Me and the missis are well up for a once/twice weekly meet-up to become 'KING(queen) OF THE MOUNTAIN!!!'

We have only been boarding for about a year and that was in seasonal spits and spurts, so we are deffo not pros! But we wanna be.

Now I do know this can seem pricey BUT a 3 month seasonal pass is 2500aed and that allows you to go as much as you want for as long as you want! 

Personally I wanna be a bit of a park boy(eventhough I'm 30!) but all the usual slope techniques (buttering ,carving, etc) I also wanna be comfortable with, so who's up for it!?

Finally I just wanted to say that this is for ALL abilities, esp the ladies out there, as my wife is fed up of Being the only girl! We Just wanna create something for all fellow snow lovers to enjoy on a regular basis.... I mean it is on our door step after all!

Let me know if your interested as I have already been told that numbers mean further discounts!!! Woop woop!

Lastly... If you ski... Your not welcome!

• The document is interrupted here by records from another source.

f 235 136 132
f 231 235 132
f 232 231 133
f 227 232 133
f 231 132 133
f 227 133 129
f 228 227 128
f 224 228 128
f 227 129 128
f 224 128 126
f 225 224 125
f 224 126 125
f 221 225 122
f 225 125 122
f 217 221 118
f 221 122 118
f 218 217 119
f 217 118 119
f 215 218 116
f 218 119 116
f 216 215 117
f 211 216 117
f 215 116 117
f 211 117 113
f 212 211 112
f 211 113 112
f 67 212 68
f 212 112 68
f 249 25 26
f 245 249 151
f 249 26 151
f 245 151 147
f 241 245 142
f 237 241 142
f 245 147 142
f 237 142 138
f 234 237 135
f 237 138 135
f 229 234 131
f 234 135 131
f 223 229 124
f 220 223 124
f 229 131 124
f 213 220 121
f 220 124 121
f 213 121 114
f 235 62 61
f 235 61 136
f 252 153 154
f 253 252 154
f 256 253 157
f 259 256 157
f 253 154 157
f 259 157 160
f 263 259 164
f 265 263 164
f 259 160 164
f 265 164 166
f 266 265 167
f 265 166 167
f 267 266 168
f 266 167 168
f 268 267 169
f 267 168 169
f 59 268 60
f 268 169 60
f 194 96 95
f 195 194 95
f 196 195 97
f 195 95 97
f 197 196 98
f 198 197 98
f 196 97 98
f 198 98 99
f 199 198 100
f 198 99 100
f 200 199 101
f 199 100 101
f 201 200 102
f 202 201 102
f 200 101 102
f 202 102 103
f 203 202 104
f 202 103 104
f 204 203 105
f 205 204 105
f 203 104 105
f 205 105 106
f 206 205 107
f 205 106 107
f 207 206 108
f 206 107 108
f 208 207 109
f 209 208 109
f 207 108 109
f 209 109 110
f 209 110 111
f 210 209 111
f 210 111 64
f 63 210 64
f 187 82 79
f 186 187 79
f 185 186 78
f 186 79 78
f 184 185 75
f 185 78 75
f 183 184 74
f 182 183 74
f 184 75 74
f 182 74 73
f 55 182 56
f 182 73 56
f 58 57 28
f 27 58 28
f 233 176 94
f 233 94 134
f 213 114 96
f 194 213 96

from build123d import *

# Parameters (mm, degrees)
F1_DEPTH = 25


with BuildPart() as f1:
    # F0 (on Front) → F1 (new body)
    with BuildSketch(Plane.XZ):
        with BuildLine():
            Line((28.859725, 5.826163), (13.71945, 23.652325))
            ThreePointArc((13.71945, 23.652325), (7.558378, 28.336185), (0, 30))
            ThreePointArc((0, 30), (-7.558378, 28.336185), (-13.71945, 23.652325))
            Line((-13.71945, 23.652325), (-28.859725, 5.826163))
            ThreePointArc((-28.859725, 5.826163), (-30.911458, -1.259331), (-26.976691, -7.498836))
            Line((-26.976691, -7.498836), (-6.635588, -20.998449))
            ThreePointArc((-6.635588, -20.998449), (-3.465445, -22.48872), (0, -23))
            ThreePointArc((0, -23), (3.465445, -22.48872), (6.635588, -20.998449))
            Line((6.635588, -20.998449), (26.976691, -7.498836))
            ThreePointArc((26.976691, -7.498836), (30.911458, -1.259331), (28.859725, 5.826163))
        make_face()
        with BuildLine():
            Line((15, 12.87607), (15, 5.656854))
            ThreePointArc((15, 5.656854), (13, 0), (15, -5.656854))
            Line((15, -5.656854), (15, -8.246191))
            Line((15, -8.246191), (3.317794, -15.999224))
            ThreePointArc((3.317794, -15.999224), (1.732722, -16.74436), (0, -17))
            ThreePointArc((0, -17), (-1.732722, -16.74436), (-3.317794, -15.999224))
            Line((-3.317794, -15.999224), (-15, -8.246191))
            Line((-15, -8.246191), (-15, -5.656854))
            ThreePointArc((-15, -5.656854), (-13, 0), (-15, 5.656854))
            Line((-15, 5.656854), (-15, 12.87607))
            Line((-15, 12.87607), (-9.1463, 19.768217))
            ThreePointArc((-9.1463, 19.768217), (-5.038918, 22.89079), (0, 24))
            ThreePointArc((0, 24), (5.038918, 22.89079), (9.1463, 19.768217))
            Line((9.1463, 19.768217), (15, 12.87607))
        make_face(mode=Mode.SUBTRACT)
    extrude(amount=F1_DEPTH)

Lol! 

Only joking, More the merrier! 

Speak to you soon! 

E&K


----------



## vennerfr (Nov 13, 2010)

HEEELLLLOOOOOOOO! Their must be some snow lovers put there somewhere!?

Ok.... So I see this is not a popular idea, is this due to price? 

Ok, well... Would anyone be interested in using up an entertainer voucher and go for a couple of hours for a shred???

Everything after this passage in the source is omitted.